» WHAT YOU WILL DO
Locate the word "Locations" in the entries below, then gather every line that holds it.

***** RECORDS SUPPLIED *****

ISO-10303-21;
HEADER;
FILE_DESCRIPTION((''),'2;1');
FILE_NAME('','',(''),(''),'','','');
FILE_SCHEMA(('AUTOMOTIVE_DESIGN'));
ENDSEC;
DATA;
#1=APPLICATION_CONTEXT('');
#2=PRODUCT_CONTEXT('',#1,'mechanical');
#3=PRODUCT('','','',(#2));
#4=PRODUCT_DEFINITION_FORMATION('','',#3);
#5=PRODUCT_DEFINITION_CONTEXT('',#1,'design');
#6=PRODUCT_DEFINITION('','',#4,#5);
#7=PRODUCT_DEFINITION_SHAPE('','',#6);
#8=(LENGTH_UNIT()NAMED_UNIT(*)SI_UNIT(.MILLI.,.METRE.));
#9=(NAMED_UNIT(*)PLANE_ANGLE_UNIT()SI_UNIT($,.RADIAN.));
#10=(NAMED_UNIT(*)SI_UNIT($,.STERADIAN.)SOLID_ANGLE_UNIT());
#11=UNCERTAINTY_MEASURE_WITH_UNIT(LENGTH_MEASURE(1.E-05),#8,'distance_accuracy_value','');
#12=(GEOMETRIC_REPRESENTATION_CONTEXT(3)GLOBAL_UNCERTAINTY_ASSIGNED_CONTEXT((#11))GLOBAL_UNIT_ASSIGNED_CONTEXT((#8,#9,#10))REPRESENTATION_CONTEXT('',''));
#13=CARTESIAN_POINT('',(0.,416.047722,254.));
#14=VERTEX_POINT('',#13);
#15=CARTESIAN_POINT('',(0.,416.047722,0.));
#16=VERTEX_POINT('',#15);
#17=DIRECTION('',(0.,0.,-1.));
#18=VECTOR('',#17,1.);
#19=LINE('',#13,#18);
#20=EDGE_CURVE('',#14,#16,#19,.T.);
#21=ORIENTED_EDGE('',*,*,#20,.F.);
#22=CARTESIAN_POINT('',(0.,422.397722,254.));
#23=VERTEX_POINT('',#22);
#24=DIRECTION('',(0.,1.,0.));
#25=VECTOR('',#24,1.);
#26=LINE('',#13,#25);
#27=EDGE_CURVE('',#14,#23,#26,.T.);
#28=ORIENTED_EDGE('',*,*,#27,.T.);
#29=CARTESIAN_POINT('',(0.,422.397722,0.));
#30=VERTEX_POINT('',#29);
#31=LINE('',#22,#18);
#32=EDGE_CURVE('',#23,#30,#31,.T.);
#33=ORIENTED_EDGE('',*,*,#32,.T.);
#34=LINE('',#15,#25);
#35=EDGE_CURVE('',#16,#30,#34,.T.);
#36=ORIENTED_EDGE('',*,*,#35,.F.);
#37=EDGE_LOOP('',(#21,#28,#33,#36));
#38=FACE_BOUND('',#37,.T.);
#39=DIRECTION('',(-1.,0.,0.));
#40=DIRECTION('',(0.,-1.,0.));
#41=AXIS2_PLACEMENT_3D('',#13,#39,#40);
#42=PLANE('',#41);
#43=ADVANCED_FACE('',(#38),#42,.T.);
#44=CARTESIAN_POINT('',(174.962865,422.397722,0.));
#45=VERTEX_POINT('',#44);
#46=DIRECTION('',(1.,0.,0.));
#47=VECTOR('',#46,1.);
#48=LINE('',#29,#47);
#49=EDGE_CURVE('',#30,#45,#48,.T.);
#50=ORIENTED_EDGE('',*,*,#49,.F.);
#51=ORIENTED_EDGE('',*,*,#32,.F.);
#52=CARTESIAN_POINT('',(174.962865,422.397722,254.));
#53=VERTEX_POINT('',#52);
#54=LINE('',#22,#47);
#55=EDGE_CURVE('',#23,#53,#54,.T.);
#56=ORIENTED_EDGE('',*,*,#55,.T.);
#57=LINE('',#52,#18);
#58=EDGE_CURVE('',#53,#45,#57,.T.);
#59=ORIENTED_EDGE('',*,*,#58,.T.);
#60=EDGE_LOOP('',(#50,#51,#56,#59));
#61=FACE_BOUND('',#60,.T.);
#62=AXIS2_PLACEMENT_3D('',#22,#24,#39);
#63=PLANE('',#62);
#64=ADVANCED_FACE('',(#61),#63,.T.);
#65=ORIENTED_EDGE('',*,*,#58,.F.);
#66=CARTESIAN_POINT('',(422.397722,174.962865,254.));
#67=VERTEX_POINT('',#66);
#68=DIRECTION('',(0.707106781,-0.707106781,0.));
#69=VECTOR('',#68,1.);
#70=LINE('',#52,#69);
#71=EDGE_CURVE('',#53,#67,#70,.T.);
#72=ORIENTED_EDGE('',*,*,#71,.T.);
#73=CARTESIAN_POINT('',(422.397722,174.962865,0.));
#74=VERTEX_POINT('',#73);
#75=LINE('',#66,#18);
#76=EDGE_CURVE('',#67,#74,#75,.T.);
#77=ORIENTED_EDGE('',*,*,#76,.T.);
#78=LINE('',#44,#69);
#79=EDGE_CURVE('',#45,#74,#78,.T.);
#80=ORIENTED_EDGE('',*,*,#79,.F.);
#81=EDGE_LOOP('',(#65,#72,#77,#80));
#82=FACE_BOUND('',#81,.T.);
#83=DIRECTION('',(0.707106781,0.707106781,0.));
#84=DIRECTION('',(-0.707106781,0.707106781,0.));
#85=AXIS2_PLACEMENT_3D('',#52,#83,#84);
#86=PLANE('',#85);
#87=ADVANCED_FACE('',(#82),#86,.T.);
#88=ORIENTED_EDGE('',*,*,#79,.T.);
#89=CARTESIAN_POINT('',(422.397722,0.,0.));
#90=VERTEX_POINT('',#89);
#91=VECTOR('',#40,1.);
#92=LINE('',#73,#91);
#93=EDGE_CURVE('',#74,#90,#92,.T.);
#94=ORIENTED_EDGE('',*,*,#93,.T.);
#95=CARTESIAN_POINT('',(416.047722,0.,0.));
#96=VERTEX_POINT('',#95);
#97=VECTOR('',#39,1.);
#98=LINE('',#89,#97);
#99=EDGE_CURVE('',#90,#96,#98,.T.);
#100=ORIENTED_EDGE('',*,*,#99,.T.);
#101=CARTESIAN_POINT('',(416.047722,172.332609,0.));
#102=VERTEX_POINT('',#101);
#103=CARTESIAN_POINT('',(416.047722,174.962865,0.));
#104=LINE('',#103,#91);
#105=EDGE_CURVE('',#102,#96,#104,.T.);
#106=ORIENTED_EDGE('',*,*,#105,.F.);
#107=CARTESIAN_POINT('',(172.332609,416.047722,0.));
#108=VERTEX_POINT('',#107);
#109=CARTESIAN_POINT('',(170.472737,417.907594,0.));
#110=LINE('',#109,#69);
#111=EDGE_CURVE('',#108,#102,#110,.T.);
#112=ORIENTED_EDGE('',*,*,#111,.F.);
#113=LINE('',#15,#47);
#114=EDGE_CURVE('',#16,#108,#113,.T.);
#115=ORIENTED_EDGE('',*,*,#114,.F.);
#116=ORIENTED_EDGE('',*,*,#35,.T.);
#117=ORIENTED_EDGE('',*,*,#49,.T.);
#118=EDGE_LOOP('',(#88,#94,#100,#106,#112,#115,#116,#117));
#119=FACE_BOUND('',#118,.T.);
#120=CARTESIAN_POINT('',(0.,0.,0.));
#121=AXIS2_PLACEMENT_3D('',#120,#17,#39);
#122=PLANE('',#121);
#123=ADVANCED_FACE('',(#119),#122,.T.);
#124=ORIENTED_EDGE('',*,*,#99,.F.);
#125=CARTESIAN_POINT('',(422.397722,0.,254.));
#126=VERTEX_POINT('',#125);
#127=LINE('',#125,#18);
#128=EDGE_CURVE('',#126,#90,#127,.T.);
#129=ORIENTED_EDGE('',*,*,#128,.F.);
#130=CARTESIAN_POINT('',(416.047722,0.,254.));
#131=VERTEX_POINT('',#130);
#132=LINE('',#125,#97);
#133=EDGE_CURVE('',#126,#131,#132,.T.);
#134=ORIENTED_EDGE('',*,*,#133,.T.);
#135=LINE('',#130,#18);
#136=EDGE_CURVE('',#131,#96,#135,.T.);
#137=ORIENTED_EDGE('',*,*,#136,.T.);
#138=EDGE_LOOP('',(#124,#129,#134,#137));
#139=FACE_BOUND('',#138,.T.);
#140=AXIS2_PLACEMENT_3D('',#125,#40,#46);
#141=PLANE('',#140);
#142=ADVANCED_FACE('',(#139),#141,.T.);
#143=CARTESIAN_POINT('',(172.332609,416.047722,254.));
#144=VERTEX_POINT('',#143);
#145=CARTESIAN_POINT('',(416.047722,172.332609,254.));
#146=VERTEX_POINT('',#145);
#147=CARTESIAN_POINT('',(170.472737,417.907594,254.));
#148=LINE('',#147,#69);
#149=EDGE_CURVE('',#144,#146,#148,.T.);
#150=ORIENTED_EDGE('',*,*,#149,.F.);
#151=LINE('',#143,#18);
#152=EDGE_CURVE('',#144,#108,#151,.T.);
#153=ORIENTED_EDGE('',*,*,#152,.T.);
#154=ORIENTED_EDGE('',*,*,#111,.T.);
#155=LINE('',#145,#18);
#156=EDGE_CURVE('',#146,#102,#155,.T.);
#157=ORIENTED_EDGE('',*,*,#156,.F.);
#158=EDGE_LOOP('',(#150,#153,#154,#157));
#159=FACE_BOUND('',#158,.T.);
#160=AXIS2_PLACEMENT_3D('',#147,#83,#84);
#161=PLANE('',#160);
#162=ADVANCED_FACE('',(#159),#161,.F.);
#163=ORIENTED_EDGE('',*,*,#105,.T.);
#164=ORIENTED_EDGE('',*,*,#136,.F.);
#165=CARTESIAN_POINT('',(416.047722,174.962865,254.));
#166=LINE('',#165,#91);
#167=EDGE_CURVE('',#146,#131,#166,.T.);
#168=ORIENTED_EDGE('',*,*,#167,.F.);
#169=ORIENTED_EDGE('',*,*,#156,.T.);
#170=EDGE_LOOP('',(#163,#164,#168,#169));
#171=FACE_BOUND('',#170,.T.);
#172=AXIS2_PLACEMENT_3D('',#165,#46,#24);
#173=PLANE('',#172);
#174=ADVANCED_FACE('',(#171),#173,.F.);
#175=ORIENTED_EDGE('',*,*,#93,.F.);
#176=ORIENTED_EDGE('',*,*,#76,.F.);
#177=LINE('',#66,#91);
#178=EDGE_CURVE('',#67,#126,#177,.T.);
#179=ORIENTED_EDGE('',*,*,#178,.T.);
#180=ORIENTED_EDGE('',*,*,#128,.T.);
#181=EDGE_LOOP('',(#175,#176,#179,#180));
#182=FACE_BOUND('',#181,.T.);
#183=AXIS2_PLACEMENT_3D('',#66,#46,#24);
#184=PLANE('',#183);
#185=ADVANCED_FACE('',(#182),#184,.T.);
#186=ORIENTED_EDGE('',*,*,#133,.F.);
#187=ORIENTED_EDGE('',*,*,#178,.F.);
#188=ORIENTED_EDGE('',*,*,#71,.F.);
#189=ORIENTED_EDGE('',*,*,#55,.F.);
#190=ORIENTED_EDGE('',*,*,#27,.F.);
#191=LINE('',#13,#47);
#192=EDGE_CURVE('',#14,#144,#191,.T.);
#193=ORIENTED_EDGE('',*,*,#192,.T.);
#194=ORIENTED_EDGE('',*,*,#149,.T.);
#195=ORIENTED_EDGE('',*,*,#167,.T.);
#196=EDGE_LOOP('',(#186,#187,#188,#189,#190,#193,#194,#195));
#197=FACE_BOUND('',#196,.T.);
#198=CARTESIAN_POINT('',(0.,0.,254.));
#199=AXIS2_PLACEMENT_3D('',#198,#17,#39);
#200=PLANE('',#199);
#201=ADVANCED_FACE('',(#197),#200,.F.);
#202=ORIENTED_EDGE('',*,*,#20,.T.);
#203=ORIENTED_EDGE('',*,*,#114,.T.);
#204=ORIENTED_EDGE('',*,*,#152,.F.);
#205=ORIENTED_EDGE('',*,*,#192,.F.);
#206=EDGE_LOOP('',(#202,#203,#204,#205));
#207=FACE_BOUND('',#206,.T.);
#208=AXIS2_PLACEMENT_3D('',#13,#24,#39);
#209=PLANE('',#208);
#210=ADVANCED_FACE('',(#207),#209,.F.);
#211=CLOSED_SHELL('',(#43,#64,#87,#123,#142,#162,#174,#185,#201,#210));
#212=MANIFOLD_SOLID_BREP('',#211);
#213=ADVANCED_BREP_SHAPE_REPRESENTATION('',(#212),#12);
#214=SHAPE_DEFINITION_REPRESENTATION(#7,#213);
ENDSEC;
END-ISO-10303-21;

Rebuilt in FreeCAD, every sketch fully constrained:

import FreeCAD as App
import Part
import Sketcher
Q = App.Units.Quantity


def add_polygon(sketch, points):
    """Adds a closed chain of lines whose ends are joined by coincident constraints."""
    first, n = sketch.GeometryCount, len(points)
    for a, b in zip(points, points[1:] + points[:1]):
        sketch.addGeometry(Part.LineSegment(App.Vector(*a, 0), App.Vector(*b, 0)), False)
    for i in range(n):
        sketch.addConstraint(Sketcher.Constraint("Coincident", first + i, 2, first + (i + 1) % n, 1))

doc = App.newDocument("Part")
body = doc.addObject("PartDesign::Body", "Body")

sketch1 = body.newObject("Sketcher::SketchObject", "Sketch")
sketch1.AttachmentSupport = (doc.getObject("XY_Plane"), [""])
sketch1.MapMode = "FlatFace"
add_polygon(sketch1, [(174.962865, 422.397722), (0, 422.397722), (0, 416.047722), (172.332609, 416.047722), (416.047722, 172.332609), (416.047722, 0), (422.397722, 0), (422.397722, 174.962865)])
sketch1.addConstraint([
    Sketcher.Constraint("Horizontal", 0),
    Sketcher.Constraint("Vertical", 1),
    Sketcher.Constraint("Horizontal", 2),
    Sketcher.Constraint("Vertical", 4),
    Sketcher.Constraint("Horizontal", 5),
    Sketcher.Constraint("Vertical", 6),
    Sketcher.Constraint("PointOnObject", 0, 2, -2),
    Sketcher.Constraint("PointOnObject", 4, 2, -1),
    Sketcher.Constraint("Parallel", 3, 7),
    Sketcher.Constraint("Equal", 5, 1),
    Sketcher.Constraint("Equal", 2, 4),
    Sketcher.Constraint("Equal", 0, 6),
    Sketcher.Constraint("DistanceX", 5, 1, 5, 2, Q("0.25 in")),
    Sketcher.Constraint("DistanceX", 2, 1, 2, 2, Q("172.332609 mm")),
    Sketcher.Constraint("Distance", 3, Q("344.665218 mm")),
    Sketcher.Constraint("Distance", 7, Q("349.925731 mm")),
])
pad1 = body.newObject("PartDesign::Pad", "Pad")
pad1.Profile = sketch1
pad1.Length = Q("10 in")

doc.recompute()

*****
***** RECORDS SUPPLIED *****

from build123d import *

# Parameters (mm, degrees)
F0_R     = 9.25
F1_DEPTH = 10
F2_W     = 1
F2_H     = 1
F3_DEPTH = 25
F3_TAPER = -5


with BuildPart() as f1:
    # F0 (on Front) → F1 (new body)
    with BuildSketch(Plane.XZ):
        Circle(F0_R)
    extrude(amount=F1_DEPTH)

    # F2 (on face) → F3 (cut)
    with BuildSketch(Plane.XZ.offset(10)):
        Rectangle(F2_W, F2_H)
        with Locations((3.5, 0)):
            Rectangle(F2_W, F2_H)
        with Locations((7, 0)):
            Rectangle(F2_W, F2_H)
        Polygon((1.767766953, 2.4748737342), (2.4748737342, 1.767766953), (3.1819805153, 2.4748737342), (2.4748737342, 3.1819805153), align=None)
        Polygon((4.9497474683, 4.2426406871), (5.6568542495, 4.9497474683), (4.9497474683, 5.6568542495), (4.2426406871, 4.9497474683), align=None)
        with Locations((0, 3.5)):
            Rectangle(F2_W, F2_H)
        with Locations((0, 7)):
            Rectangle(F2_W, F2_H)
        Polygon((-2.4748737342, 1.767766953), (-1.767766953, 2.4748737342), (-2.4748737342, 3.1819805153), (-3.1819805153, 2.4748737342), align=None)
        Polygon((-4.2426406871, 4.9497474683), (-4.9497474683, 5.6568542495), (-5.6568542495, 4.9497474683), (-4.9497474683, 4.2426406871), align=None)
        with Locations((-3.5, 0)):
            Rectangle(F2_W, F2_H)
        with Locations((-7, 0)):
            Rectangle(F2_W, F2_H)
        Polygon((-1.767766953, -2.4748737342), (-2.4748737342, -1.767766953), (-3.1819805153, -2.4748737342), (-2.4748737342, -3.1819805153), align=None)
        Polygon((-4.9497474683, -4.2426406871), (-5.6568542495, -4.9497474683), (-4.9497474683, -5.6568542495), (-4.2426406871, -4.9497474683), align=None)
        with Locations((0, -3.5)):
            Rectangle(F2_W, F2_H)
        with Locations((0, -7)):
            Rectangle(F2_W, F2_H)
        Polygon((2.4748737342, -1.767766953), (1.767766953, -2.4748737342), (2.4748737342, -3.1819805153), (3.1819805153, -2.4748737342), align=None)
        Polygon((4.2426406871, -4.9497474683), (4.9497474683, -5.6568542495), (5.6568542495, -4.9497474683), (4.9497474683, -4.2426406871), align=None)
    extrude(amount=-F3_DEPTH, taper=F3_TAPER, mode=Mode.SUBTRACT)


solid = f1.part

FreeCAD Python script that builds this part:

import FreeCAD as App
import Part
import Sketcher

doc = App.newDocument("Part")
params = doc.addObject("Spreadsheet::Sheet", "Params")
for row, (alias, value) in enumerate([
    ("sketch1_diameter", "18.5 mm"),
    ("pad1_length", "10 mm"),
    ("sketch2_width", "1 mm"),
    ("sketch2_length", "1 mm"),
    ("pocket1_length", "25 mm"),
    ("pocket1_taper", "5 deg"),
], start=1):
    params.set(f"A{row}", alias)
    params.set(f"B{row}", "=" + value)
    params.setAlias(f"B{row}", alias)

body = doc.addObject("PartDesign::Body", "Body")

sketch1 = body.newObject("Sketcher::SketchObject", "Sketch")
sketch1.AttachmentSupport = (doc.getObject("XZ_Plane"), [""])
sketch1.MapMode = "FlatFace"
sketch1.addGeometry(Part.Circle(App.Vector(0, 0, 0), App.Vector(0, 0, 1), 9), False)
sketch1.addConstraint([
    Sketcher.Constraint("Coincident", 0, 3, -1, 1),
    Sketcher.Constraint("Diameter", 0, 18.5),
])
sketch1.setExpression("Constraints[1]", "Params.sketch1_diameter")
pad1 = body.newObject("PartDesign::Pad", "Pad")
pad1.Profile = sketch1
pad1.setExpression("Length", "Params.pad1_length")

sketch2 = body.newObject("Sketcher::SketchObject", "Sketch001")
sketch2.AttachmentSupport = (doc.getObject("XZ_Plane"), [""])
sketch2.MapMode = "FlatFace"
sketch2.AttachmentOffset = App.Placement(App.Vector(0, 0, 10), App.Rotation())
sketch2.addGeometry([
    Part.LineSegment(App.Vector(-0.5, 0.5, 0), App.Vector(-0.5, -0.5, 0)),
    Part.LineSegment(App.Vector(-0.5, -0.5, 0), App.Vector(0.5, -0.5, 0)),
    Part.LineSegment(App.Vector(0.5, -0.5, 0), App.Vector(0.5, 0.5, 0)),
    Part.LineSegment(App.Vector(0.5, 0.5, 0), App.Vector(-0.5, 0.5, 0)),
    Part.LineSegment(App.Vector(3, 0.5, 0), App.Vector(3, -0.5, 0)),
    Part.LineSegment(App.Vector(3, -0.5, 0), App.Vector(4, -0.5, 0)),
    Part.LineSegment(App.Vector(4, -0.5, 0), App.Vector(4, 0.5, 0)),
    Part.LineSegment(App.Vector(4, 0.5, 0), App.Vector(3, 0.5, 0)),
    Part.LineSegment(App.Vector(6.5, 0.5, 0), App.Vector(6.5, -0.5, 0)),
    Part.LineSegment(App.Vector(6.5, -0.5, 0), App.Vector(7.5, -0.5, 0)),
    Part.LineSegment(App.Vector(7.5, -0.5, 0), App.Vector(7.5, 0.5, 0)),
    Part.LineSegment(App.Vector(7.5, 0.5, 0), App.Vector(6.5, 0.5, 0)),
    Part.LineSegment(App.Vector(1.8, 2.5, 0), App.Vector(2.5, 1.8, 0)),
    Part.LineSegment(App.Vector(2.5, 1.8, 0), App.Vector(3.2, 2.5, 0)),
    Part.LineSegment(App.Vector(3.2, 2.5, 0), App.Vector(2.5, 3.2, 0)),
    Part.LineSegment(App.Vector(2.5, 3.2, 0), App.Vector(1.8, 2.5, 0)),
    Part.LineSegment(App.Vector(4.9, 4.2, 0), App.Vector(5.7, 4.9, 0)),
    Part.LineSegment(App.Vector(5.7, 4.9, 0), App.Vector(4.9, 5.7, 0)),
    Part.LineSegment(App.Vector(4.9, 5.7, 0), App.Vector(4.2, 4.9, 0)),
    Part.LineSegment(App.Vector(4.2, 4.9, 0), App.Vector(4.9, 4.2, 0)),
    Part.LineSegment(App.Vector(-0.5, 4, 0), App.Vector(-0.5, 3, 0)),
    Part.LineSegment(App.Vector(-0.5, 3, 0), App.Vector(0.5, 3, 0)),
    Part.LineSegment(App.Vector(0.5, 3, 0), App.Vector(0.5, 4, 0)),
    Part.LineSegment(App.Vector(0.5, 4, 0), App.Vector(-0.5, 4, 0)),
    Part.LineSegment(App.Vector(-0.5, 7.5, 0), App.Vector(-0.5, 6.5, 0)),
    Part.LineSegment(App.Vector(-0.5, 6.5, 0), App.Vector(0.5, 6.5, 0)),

*****

» SOLUTION FOR THIS EXERCISE
        with Locations((3.5, 0)):
        with Locations((7, 0)):
        with Locations((0, 3.5)):
        with Locations((0, 7)):
        with Locations((-3.5, 0)):
        with Locations((-7, 0)):
        with Locations((0, -3.5)):
        with Locations((0, -7)):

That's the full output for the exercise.